Exercise objective
Taking the line with "v 18.732 13.97 0" as the first and the line with "v -21.367 15.73 2.54" as the last, set down exactly every line in that range from the entries below, and no more.
*** Data for analysis ***
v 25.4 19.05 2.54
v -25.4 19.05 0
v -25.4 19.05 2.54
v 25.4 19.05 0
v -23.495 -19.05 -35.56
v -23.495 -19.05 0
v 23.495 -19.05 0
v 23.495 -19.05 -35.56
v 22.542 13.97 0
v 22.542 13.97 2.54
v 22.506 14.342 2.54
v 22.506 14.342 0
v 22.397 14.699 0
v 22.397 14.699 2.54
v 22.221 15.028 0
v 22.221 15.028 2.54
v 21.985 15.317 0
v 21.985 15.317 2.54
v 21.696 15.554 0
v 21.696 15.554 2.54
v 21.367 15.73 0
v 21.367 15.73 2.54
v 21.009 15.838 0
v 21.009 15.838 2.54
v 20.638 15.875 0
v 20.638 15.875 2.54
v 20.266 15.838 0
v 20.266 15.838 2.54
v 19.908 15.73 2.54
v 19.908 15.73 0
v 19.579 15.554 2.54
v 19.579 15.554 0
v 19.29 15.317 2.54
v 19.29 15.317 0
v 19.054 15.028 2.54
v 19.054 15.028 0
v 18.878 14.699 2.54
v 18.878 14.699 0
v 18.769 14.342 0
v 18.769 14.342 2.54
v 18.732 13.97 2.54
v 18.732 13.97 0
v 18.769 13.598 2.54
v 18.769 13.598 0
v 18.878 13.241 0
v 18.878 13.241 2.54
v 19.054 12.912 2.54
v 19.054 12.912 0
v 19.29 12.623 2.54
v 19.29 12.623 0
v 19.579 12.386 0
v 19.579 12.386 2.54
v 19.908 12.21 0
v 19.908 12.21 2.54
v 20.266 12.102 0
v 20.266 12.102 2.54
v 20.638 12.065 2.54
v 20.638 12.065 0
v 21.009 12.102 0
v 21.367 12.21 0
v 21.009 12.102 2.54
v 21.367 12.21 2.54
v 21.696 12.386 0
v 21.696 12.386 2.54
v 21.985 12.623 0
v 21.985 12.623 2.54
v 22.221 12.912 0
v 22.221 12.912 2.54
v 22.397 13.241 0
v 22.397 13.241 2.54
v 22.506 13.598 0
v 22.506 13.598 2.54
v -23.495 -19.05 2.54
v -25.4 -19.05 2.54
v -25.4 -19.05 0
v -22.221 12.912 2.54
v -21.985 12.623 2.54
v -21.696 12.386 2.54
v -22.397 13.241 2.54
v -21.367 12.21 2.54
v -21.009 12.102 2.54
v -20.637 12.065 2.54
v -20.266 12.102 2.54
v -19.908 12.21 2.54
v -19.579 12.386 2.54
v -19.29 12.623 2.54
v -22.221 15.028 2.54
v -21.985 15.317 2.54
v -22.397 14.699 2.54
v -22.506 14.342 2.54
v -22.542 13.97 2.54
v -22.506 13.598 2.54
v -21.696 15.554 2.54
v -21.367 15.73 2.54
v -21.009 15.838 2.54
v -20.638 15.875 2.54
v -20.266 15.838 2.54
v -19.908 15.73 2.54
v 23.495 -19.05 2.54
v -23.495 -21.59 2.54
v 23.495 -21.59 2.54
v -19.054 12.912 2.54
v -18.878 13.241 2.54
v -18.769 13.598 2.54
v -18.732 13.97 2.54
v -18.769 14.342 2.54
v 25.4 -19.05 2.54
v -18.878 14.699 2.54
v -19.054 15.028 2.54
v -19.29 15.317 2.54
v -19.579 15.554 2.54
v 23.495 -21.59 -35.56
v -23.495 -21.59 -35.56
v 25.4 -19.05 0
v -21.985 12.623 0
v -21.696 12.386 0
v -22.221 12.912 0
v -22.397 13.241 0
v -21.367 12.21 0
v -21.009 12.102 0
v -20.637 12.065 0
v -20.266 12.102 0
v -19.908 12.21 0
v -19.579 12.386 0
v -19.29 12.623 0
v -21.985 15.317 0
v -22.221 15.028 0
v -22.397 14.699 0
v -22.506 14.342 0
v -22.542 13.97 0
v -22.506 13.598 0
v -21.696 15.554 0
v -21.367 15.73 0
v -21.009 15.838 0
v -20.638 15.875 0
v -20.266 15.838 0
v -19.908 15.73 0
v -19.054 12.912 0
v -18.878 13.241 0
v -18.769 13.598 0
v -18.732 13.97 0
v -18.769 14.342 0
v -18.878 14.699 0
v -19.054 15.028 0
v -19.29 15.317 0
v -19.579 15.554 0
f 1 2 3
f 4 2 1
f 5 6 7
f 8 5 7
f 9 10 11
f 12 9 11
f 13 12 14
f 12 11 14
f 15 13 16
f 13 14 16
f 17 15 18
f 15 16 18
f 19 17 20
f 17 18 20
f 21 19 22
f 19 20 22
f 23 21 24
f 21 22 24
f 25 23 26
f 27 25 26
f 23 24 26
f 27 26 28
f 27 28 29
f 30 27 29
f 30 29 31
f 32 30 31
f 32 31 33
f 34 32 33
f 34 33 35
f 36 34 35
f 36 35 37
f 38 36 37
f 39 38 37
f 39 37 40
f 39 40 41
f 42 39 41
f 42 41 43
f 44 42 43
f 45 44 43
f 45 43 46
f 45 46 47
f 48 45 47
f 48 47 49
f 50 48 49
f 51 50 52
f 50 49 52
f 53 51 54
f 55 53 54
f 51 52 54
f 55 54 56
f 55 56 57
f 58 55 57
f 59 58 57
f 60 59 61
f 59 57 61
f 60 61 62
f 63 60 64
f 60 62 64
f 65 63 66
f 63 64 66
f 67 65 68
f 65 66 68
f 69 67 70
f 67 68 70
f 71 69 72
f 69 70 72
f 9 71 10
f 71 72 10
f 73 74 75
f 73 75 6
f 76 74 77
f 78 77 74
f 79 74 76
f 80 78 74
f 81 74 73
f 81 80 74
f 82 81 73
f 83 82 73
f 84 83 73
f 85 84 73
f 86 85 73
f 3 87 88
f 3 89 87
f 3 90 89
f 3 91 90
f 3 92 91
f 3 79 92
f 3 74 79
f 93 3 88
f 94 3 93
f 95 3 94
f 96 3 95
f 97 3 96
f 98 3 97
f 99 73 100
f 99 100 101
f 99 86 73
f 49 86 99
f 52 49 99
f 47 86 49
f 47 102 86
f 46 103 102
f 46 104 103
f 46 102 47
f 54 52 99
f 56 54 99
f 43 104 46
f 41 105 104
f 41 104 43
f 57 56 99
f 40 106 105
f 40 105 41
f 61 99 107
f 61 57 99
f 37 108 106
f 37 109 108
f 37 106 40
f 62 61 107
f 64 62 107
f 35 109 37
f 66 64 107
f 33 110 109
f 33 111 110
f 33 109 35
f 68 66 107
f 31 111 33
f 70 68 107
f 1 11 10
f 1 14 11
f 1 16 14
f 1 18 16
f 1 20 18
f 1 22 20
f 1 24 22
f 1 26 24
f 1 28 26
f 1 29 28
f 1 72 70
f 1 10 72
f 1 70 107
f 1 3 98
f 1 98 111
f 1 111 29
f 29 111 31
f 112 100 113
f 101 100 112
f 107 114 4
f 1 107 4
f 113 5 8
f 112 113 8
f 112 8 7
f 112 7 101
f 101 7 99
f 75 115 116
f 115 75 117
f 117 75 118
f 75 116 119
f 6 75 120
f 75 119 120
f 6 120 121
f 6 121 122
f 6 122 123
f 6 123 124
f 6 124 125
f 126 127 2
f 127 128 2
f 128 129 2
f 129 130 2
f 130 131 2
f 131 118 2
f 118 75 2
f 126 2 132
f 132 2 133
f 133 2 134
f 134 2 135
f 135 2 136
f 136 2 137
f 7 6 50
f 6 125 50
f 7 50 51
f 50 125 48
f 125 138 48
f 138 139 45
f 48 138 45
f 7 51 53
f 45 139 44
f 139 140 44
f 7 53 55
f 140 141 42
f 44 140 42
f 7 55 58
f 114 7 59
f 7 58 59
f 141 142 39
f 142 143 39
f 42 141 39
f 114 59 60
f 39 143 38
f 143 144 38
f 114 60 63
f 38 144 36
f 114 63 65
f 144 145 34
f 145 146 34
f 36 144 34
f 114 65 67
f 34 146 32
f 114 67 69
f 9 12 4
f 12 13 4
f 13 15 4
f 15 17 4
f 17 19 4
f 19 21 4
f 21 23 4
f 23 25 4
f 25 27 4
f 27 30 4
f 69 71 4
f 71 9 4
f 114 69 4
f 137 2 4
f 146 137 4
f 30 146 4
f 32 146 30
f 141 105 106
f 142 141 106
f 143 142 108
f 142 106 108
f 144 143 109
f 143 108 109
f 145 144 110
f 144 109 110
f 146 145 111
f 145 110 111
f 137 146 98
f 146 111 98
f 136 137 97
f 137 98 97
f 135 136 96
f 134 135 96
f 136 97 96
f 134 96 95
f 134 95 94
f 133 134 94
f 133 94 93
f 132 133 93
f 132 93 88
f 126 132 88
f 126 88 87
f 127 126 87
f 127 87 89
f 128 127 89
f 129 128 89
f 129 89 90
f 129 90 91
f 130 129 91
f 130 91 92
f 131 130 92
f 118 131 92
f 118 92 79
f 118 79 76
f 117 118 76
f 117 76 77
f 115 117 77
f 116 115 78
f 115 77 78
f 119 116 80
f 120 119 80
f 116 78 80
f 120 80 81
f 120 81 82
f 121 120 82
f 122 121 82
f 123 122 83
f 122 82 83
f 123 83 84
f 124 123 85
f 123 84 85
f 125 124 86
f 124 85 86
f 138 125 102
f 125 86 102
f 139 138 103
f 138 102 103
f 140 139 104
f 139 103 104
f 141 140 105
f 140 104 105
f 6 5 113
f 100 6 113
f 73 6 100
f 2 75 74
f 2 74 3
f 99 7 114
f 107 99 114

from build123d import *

# Parameters (mm, degrees)
F0_W     = 50.8
F0_H     = 38.1
F1_DEPTH = 2.54
F2_W     = 46.99
F2_H     = 38.1
F3_DEPTH = 2.54
F4_R     = 1.905
F5_DEPTH = 38.101


with BuildPart() as f1:
    # F0 (on Top) → F1 (new body)
    with BuildSketch(Plane.XY):
        Rectangle(F0_W, F0_H)
    extrude(amount=F1_DEPTH)

    # F2 (on face) → F3 (join)
    with BuildSketch(Plane.XZ.offset(19.05)):
        with Locations((0, -16.51)):
            Rectangle(F2_W, F2_H)
    extrude(amount=F3_DEPTH)

    # F4 (on face) → F5 (cut, through all)
    with BuildSketch(Plane.XY.offset(2.54)):
        with Locations((20.6375, 13.97)):
            Circle(F4_R)
        with Locations((-20.6375, 13.97)):
            Circle(F4_R)
    extrude(amount=-F5_DEPTH, mode=Mode.SUBTRACT)


solid = f1.part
***
Exercise answer
v 18.732 13.97 0
v 18.769 13.598 2.54
v 18.769 13.598 0
v 18.878 13.241 0
v 18.878 13.241 2.54
v 19.054 12.912 2.54
v 19.054 12.912 0
v 19.29 12.623 2.54
v 19.29 12.623 0
v 19.579 12.386 0
v 19.579 12.386 2.54
v 19.908 12.21 0
v 19.908 12.21 2.54
v 20.266 12.102 0
v 20.266 12.102 2.54
v 20.638 12.065 2.54
v 20.638 12.065 0
v 21.009 12.102 0
v 21.367 12.21 0
v 21.009 12.102 2.54
v 21.367 12.21 2.54
v 21.696 12.386 0
v 21.696 12.386 2.54
v 21.985 12.623 0
v 21.985 12.623 2.54
v 22.221 12.912 0
v 22.221 12.912 2.54
v 22.397 13.241 0
v 22.397 13.241 2.54
v 22.506 13.598 0
v 22.506 13.598 2.54
v -23.495 -19.05 2.54
v -25.4 -19.05 2.54
v -25.4 -19.05 0
v -22.221 12.912 2.54
v -21.985 12.623 2.54
v -21.696 12.386 2.54
v -22.397 13.241 2.54
v -21.367 12.21 2.54
v -21.009 12.102 2.54
v -20.637 12.065 2.54
v -20.266 12.102 2.54
v -19.908 12.21 2.54
v -19.579 12.386 2.54
v -19.29 12.623 2.54
v -22.221 15.028 2.54
v -21.985 15.317 2.54
v -22.397 14.699 2.54
v -22.506 14.342 2.54
v -22.542 13.97 2.54
v -22.506 13.598 2.54
v -21.696 15.554 2.54
v -21.367 15.73 2.54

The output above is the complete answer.